# Identifying disk from ata number

## plink212

I have a problem with one of my disks and am trying to work out which one.

The problem is that I have 6 identical ones and need the serial number to work out which one it is.

```
Aug 14 04:34:19 mail kernel: ata3.00: exception Emask 0x0 SAct 0x1 SErr 0x0 action 0x0

Aug 14 04:34:19 mail kernel: ata3.00: irq_stat 0x40000008

Aug 14 04:34:19 mail kernel: ata3.00: failed command: READ FPDMA QUEUED

Aug 14 04:34:19 mail kernel: ata3.00: cmd 60/80:00:71:10:3c/03:00:00:00:00/40 tag 0 ncq 458752 in

Aug 14 04:34:19 mail kernel: ata3.00: status: { DRDY ERR }

Aug 14 04:34:19 mail kernel: ata3.00: error: { UNC }

Aug 14 04:34:19 mail kernel: ata3.00: configured for UDMA/133

Aug 14 04:34:19 mail kernel: ata3: EH complete

```

how do i convert this ata number back into the respective sd* so that I can get the serial number from the drive

Tim

----------

## idella4

plink212;  

 *Quote:*   

> 
> 
>  and need the serial number to work out which one it is
> 
> 

 

You need the serial number of the drive to work out which drive??  I really don't quite follow. 

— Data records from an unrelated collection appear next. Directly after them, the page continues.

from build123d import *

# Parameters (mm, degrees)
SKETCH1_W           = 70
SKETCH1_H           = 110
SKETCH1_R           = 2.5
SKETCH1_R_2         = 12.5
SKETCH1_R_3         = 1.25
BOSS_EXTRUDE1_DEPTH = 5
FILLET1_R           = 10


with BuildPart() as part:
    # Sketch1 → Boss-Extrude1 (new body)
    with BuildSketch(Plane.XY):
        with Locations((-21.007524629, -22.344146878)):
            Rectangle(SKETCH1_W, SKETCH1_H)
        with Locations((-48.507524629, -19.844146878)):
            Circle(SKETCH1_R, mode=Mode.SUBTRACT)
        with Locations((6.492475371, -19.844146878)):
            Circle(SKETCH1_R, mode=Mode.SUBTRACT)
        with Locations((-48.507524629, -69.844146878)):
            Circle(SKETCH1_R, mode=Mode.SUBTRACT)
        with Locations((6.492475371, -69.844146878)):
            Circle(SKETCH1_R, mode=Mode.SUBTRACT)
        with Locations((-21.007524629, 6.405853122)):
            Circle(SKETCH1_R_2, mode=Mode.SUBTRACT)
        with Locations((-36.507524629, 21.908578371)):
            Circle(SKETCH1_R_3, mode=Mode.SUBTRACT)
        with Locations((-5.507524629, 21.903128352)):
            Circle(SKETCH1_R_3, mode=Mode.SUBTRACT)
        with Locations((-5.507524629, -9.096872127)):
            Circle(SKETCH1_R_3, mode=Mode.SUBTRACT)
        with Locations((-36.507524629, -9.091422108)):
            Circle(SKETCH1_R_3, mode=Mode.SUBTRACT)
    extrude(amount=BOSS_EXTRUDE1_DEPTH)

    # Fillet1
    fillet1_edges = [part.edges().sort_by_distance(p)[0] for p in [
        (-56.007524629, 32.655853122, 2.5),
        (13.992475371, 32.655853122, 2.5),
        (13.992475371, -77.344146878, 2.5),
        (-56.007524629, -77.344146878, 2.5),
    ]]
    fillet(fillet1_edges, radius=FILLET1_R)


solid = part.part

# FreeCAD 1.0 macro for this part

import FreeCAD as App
import Part
import Sketcher
from FreeCAD import Vector


def edges_at(feature, points):
    """Names of the edges that pass closest to the given points."""
    edges = feature.Shape.Edges
    near = lambda p: min(range(len(edges)), key=lambda i: edges[i].distToShape(Part.Vertex(*p))[0])
    return sorted({f"Edge{near(p) + 1}" for p in points})

doc = App.newDocument("Part")
body = doc.addObject("PartDesign::Body", "Body")

# Sketch on XY plane
sketch1 = body.newObject("Sketcher::SketchObject", "Sketch")
sketch1.AttachmentSupport = (doc.getObject("XY_Plane"), [""])
sketch1.MapMode = "FlatFace"
sketch1.addGeometry(Part.LineSegment(Vector(-56.007525, 32.655853, 0), Vector(-56.007525, -77.344147, 0)), False)
sketch1.addGeometry(Part.LineSegment(Vector(-56.007525, -77.344147, 0), Vector(13.992475, -77.344147, 0)), False)
sketch1.addGeometry(Part.LineSegment(Vector(13.992475, -77.344147, 0), Vector(13.992475, 32.655853, 0)), False)
sketch1.addGeometry(Part.LineSegment(Vector(13.992475, 32.655853, 0), Vector(-56.007525, 32.655853, 0)), False)
sketch1.addGeometry(Part.Circle(Vector(-48.507525, -69.844147, 0), Vector(0, 0, 1), 2.5), False)
sketch1.addGeometry(Part.Circle(Vector(6.492475, -69.844147, 0), Vector(0, 0, 1), 2.5), False)
sketch1.addGeometry(Part.Circle(Vector(-48.507525, -19.844147, 0), Vector(0, 0, 1), 2.5), False)
sketch1.addGeometry(Part.Circle(Vector(-36.507525, -9.091422, 0), Vector(0, 0, 1), 1.25), False)
sketch1.addGeometry(Part.Circle(Vector(-36.507525, 21.908578, 0), Vector(0, 0, 1), 1.25), False)
sketch1.addGeometry(Part.Circle(Vector(6.492475, -19.844147, 0), Vector(0, 0, 1), 2.5), False)
sketch1.addGeometry(Part.Circle(Vector(-5.507525, -9.096872, 0), Vector(0, 0, 1), 1.25), False)
sketch1.addGeometry(Part.Circle(Vector(-21.007525, 6.405853, 0), Vector(0, 0, 1), 12.5), False)
sketch1.addGeometry(Part.Circle(Vector(-5.507525, 21.903128, 0), Vector(0, 0, 1), 1.25), False)
sketch1.addConstraint(Sketcher.Constraint("Coincident", 0, 2, 1, 1))
sketch1.addConstraint(Sketcher.Constraint("Coincident", 1, 2, 2, 1))
sketch1.addConstraint(Sketcher.Constraint("Coincident", 2, 2, 3, 1))
sketch1.addConstraint(Sketcher.Constraint("Coincident", 3, 2, 0, 1))
sketch1.addConstraint(Sketcher.Constraint("Vertical", 0))
sketch1.addConstraint(Sketcher.Constraint("Horizontal", 1))
sketch1.addConstraint(Sketcher.Constraint("Vertical", 2))
sketch1.addConstraint(Sketcher.Constraint("Horizontal", 3))
sketch1.addConstraint(Sketcher.Constraint("Equal", 4, 5))
sketch1.addConstraint(Sketcher.Constraint("Equal", 5, 6))
sketch1.addConstraint(Sketcher.Constraint("Equal", 7, 8))
sketch1.addConstraint(Sketcher.Constraint("Equal", 6, 9))
sketch1.addConstraint(Sketcher.Constraint("Equal", 8, 10))
sketch1.addConstraint(Sketcher.Constraint("Equal", 10, 12))
sketch1.addConstraint(Sketcher.Constraint("Horizontal", 4, 3, 5, 3))
sketch1.addConstraint(Sketcher.Constraint("Horizontal", 6, 3, 9, 3))
sketch1.addConstraint(Sketcher.Constraint("Vertical", 4, 3, 6, 3))
sketch1.addConstraint(Sketcher.Constraint("Vertical", 7, 3, 8, 3))
sketch1.addConstraint(Sketcher.Constraint("Vertical", 5, 3, 9, 3))
sketch1.addConstraint(Sketcher.Constraint("Vertical", 10, 3, 12, 3))
sketch1.addConstraint(Sketcher.Constraint("Diameter", 4, 5.0))
sketch1.addConstraint(Sketcher.Constraint("Diameter", 11, 25.0))
sketch1.addConstraint(Sketcher.Constraint("Diameter", 7, 2.5))
sketch1.addConstraint(Sketcher.Constraint("DistanceX", 1, 1, 1, 2, 70.0))
sketch1.addConstraint(Sketcher.Constraint("DistanceY", 0, 2, 0, 1, 110.0))
sketch1.addConstraint(Sketcher.Constraint("DistanceX", 4, 3, 5, 3, 55.0))
sketch1.addConstraint(Sketcher.Constraint("DistanceY", 4, 3, 6, 3, 50.0))
sketch1.addConstraint(Sketcher.Constraint("DistanceX", 6, 3, 7, 3, 12.0))
sketch1.addConstraint(Sketcher.Constraint("DistanceY", 7, 3, 8, 3, 31.0))
sketch1.addConstraint(Sketcher.Constraint("DistanceX", 10, 3, 9, 3, 12.0))
sketch1.addConstraint(Sketcher.Constraint("DistanceY", 10, 3, 12, 3, 31.0))
sketch1.addConstraint(Sketcher.Constraint("DistanceX", 11, 3, 2, 2, 35.0))
sketch1.addConstraint(Sketcher.Constraint("DistanceX", 7, 3, 11, 3, 15.5))
sketch1.addConstraint(Sketcher.Constraint("DistanceY", 0, 2, 4, 3, 7.5))
sketch1.addConstraint(Sketcher.Constraint("DistanceY", 6, 3, 11, 3, 26.25))
sketch1.addConstraint(Sketcher.Constraint("DistanceY", -1, 1, 8, 3, 21.908578))
sketch1.addConstraint(Sketcher.Constraint("DistanceY", -1, 1, 12, 3, 21.903128))
sketch1.addConstraint(Sketcher.Constraint("DistanceX", 4, 3, -1, 1, 48.507525))
sketch1.addConstraint(Sketcher.Constraint("DistanceY", 4, 3, -1, 1, 69.844147))
pad1 = body.newObject("PartDesign::Pad", "Pad")
pad1.Profile = sketch1
pad1.Length = 5
doc.recompute()

fillet = body.newObject("PartDesign::Fillet", "Fillet")
fillet.Base = (pad1, edges_at(pad1, [
    (-56.008, 32.656, 2.5),
    (13.992, 32.656, 2.5),
    (13.992, -77.344, 2.5),
    (-56.008, -77.344, 2.5),
]))
fillet.Radius = 10

doc.recompute()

Do you mean you need to work out which it is to observe the serial number?

 Have you tried lspci -v?

There's a package called smartmontools that might work for you.

What causes you to conclude a drive is troublesome?

----------

## plink212

I have six identical seagate 1.5tb drives all with the same model number.

The drive with id ata3 is causing the raid array to lockup.

I need to work out which one of the 6 drives ata3 is so that I can replace it.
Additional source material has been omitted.